Am Arsch der Welt

■ Hingehen! Nur noch bis Sonntag ist im „Ristorante Immortale“ im Theater am Leibnizplatz wundervolles Maskentheater aus Essen zu sehen

Irgendwo am Arsch der Welt, noch weit hinter jenem gottverlassenen Örtchen, wo die Füchse sich allabendlich ihr „Gute Nacht“ zugähnen, liegt das Ristorante Immortale. Fünf Schwingtüren, drei Stühle, ein Tisch – das Reich der fünf Bediensteten ist klein, übersichtlich. Und ziemlich öde. Denn tagaus und -ein studiert der sonnenbebrillte Chef geschäftig die Speisekarte, poliert der eitle Oberkellner das Tablett, rührt die fette Köchin den Eierteig, deckt der alte Ober mit dem unbedarften Kellnerazubi den Tisch. Und allabendlich schließt sich der rote Vorhang, ohne das jemand das Restaurant besucht hätte. Kein Gast, nirgends.

Und auch kein Wort, nirgends. Denn die Belegschaft des Ristorante ist stumm, verzieht nicht einmal eine Miene. Wozu auch. Denn auch mit den Mitteln des Maskentheaters und der Pantomime vermögen die hinter Masken mit gigantischen Nasen verborgenen DarstellerInnen – allesamt AbsolventInnen der Essener Folkwang-Hochschule – von den Abgründen des Lebens allerhand zu erzählen.

Der Azubi (Björn Leese) lernt schnell, daß Kreativität die Mißgunst der Phantasielosen weckt. Der Oberkellner (Hajo Schlüter) muß erfahren, daß Erfolgsstreben einsam macht. Der Chef (Michael Vogel) wird gefürchtet, aber nicht geliebt. Und der listig-hintergründige Alte (Pablo Gonzalez) schließlich, der die ihm verbliebene Zeit nicht mit Albernheiten vergeuden will, blickt irritiert auf das eitle Treiben seiner Kollegen und kann sich dem doch nicht entziehen. Denn er weiß, daß sein Dasein ohne diese allzu menschlichen Menschen ringsum aller Skepsis zum Trotz ein trostloses wäre.
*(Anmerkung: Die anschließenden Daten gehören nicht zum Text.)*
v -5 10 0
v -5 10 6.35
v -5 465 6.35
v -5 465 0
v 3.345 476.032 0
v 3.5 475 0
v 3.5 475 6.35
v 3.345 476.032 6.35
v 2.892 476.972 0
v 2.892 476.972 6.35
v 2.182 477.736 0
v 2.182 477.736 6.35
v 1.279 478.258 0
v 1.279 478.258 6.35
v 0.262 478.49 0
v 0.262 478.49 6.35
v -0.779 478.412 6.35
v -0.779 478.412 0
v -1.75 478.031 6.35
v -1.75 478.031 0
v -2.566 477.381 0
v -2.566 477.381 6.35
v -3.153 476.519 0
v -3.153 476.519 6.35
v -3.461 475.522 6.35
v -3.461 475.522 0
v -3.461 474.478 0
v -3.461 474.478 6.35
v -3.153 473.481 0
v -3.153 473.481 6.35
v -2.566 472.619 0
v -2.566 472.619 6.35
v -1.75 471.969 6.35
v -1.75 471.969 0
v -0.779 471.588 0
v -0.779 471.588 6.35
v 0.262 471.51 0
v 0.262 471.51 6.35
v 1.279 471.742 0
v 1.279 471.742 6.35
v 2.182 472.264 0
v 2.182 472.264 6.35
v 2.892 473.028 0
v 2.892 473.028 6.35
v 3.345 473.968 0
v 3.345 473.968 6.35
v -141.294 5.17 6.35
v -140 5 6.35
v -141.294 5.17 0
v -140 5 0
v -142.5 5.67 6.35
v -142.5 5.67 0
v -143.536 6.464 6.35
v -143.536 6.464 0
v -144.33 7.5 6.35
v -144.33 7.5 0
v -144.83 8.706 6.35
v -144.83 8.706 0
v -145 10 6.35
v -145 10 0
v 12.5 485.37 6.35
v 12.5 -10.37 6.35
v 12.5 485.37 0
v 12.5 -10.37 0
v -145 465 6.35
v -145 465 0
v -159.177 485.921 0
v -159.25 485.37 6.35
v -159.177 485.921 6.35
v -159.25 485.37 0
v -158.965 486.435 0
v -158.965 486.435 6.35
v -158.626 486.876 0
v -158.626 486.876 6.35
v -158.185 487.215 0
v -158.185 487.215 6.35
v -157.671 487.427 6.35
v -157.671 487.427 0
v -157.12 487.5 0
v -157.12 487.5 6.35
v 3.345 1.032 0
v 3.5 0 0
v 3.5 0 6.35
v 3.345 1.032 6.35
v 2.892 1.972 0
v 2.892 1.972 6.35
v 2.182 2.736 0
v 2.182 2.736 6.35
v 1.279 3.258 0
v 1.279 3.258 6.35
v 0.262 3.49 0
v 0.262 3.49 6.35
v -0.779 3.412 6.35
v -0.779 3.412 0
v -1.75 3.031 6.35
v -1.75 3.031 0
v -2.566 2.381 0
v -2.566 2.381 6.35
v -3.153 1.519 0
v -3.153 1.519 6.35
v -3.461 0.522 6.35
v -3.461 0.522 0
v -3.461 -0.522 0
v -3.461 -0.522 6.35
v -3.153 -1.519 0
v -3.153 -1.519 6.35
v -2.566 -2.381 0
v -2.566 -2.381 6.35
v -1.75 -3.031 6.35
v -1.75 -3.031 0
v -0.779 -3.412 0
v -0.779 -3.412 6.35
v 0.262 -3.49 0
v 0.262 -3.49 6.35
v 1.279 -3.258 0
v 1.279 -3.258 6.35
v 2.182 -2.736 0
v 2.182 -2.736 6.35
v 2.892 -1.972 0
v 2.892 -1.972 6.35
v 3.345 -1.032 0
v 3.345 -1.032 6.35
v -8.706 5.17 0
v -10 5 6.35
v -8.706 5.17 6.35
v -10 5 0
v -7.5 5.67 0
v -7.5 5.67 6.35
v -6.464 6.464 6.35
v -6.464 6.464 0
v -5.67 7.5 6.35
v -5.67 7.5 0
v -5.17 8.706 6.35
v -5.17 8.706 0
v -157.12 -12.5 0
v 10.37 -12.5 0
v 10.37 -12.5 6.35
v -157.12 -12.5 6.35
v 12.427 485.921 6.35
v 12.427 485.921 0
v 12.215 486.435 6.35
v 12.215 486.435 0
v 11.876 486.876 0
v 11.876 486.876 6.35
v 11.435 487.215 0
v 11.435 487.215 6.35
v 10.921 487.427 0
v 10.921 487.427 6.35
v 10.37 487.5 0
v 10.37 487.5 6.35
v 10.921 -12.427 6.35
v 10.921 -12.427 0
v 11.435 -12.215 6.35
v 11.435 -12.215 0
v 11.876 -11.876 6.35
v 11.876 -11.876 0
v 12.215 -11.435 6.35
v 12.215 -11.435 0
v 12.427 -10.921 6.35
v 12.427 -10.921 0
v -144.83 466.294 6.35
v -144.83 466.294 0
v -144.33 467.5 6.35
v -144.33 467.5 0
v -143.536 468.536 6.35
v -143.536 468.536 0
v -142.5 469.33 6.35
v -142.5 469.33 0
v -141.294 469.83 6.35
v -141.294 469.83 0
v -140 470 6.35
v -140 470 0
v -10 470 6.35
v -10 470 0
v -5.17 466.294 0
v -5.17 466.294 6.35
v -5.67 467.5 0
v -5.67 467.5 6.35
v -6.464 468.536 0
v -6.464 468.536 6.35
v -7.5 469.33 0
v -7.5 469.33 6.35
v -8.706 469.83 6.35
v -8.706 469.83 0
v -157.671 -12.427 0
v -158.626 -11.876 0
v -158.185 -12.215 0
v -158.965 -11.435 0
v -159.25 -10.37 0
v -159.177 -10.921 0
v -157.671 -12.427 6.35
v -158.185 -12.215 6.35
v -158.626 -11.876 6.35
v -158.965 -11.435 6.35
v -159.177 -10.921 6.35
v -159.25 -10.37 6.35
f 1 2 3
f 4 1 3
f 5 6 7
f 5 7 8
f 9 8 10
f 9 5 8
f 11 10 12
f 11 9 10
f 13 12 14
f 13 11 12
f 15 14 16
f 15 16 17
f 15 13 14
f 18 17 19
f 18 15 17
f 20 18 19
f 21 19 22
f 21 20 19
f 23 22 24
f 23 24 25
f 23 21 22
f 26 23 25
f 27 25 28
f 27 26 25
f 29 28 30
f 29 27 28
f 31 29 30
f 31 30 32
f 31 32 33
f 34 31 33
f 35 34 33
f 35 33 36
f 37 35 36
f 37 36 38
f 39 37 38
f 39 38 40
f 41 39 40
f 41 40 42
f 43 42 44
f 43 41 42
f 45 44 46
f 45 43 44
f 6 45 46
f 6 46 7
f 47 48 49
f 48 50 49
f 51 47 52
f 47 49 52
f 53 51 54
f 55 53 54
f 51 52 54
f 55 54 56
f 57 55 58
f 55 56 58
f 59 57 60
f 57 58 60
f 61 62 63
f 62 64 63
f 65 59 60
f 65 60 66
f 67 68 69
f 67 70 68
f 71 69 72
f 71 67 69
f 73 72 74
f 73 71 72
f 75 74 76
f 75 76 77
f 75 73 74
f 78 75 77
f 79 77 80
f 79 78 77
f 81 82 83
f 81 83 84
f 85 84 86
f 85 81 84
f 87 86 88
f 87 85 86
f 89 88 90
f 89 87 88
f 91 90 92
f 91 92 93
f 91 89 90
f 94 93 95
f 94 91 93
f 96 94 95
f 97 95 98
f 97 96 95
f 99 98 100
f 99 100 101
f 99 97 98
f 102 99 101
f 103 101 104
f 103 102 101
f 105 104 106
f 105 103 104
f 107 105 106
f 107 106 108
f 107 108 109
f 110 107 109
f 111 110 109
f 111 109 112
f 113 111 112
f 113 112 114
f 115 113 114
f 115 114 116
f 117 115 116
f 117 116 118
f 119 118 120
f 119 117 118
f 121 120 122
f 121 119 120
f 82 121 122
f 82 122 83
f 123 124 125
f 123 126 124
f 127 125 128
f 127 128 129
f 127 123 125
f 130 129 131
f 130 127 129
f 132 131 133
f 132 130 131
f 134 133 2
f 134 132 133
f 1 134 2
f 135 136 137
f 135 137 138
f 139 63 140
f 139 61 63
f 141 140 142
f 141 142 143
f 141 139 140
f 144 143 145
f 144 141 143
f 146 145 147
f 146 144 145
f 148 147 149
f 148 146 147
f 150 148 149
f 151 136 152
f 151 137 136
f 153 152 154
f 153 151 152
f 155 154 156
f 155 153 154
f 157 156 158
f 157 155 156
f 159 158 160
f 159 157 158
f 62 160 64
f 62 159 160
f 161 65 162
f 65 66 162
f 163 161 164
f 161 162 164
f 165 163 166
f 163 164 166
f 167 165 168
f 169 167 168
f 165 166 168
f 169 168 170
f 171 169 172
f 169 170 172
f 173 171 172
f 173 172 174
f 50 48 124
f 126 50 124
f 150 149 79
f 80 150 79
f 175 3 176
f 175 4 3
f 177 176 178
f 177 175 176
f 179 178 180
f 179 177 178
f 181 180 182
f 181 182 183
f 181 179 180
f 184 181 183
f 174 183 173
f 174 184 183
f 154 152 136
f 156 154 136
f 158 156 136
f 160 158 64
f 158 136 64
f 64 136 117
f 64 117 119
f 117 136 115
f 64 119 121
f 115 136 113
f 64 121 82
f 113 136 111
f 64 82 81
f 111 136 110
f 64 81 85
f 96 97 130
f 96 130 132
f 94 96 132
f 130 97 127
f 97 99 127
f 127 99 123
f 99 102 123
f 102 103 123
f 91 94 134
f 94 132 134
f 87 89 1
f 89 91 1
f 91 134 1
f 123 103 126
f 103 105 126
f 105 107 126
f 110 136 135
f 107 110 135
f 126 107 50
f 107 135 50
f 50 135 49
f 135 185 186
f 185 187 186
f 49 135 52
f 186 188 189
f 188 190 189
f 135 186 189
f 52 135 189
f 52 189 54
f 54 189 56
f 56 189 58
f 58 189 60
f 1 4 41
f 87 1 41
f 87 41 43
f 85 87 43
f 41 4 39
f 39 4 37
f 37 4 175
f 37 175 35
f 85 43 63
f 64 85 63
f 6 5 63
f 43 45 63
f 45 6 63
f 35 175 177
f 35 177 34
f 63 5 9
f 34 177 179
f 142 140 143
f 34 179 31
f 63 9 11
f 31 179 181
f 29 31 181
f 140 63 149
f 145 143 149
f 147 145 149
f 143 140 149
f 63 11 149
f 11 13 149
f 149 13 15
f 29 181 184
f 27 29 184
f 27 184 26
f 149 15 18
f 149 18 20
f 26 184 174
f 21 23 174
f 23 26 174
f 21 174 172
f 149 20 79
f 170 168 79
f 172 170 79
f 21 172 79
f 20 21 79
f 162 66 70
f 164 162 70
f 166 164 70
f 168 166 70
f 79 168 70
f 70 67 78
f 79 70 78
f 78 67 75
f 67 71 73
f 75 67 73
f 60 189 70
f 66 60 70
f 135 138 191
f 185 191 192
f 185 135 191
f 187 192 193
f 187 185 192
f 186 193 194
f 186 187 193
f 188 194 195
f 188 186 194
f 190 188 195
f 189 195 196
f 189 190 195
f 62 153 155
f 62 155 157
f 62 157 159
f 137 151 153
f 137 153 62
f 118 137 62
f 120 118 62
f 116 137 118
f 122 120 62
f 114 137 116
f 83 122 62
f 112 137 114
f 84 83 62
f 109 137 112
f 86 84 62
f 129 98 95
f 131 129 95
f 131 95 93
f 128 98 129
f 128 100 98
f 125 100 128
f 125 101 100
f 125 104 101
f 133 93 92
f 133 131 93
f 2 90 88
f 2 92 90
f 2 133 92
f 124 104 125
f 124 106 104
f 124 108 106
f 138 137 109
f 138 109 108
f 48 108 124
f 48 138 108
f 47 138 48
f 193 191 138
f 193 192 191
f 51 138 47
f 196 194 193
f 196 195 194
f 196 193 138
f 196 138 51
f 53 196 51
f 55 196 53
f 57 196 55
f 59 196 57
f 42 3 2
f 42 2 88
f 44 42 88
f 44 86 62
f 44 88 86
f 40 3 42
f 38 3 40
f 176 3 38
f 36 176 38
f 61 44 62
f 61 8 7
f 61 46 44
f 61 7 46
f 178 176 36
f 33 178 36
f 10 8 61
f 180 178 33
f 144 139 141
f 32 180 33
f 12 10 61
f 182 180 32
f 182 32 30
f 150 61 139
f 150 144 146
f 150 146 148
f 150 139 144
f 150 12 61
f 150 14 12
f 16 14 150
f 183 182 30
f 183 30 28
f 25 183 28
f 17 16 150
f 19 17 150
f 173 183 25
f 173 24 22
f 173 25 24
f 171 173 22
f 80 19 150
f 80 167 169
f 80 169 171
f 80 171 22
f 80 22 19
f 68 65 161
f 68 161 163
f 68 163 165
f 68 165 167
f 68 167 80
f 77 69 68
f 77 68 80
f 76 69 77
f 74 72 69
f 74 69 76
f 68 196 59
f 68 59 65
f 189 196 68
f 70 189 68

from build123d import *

# Parameters (mm, degrees)
SKETCH1_W           = 25
SKETCH1_H           = 125
SKETCH1_W_2         = 450
SKETCH1_H_2         = 25
SKETCH1_R           = 3.5
BOSS_EXTRUDE1_DEPTH = 6.35
SKETCH2_W           = 140.00000048
SKETCH2_H           = 465.00000048
CUT_EXTRUDE1_DEPTH  = 514.909352415
SKETCH3_W           = 3.25
SKETCH3_H           = 500
CUT_EXTRUDE2_DEPTH  = 514.909352415
FILLET1_R           = 2.13
FILLET2_R           = 5


with BuildPart() as part:
    # Sketch1 → Boss-Extrude1 (new body)
    # profile 1 of 6: a face of its own
    with BuildSketch(Plane(origin=(0, 0, 0), x_dir=(0, 1, 0), z_dir=(0, 0, 1))):
        Polygon((-12.5, 137.5), (12.5, 137.5), (462.5, 137.5), (487.5, 137.5), (487.5, 162.5), (-12.5, 162.5), align=None)
    # profile 2 of 6: a face of its own
    with BuildSketch(Plane(origin=(0, 0, 0), x_dir=(0, 1, 0), z_dir=(0, 0, 1))):
        with Locations((0, 75)):
            Rectangle(SKETCH1_W, SKETCH1_H)
    # profile 3 of 6: a face of its own
    with BuildSketch(Plane(origin=(0, 0, 0), x_dir=(0, 1, 0), z_dir=(0, 0, 1))):
        with Locations((237.5, 0)):
            Rectangle(SKETCH1_W_2, SKETCH1_H_2)
    # profile 4 of 6: a face of its own
    with BuildSketch(Plane(origin=(0, 0, 0), x_dir=(0, 1, 0), z_dir=(0, 0, 1))):
        with Locations((475, 75)):
            Rectangle(SKETCH1_W, SKETCH1_H)
    # profile 5 of 6: a face of its own
    with BuildSketch(Plane(origin=(0, 0, 0), x_dir=(0, 1, 0), z_dir=(0, 0, 1))):
        with Locations((475, 0)):
            Rectangle(SKETCH1_W, SKETCH1_H_2)
        with Locations(Location((475, 0, 0), (0, 0, 270))):
            Circle(SKETCH1_R, mode=Mode.SUBTRACT)
    # profile 6 of 6: a face of its own
    with BuildSketch(Plane(origin=(0, 0, 0), x_dir=(0, 1, 0), z_dir=(0, 0, 1))):
        Rectangle(SKETCH1_W, SKETCH1_H_2)
        with Locations(Location((0, 0, 0), (0, 0, 270))):
            Circle(SKETCH1_R, mode=Mode.SUBTRACT)
    extrude(amount=BOSS_EXTRUDE1_DEPTH)

    # Sketch2 → Cut-Extrude1 (cut, through all)
    with BuildSketch(Plane.XY.offset(6.35)):
        with Locations((-75, 237.5)):
            Rectangle(SKETCH2_W, SKETCH2_H)
    extrude(amount=-CUT_EXTRUDE1_DEPTH, mode=Mode.SUBTRACT)

    # Sketch3 → Cut-Extrude2 (cut, through all)
    with BuildSketch(Plane.XY.offset(6.35)):
        with Locations((-160.875, 237.5)):
            Rectangle(SKETCH3_W, SKETCH3_H)
    extrude(amount=-CUT_EXTRUDE2_DEPTH, mode=Mode.SUBTRACT)

    # Fillet1
    fillet1_edges = [part.edges().sort_by_distance(p)[0] for p in [
        (12.5, 487.5, 3.175),
        (12.5, -12.5, 3.175),
        (-159.25, 487.5, 3.175),
        (-159.25, -12.5, 3.175),
    ]]
    fillet(fillet1_edges, radius=FILLET1_R)

    # Fillet2
    fillet2_edges = [part.edges().sort_by_distance(p)[0] for p in [
        (-4.99999976, 470.00000024, 3.175),
        (-4.99999976, 4.99999976, 3.175),
        (-145.00000024, 4.99999976, 3.175),
        (-145.00000024, 470.00000024, 3.175),
    ]]
    fillet(fillet2_edges, radius=FILLET2_R)


solid = part.part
Einzig die wunderbar akkordeonspielende Köchin (Ilka Vierkant) hat keine Probleme damit, ihren Frohsinn inmitten dieser irren Männerwelt unbeschadet zu verteidigen. So wie Sisyphos, der ein Felsstück stets von neuem auf einen Berg wälzen mußte, von dem es kurz vor dem Gipfel immer wieder hinabrollt, so verteidigt sie jeden Tag aufs Neue mit gezielten Schlägen auf die Hinterköpfe aller Eindringlinge ihr Küchenreich, wissend, daß das bis zum letzten Omelett so bleiben wird.

Daß im Theater am Leibnizplatz inmitten dieses perfekt inszenierten Psychodramas zudem Kastagnettentänze mit Untertellern vollführt und wie aus dem Nichts und einem Korb, Wäscheleine, Teppichklopfer und Besen ein Schiff auf hoher See auf die Bühne gezaubert werden, macht diese hinreißend witzige und poetische Inszenierung in jeder Hinsicht zum Genuß.

Soviel haben wir gelernt: Leben im Ristorante Immortale heißt, was ein erfülltes Leben summa summarum wohl immer heißt: den ganzen Tag am Arsch der Welt vollständig sinnlosen Tätigkeiten nachzugehen – aber das mit großer Hingabe. Wunderbar!

Franco Zotta

P.S.: Am Ende nicht sofort aufspringen! Womöglich verpaßt man dann noch die musikalische Zugabe, dargeboten auf Kochtopf, Bratpfanne, Besen und Backform!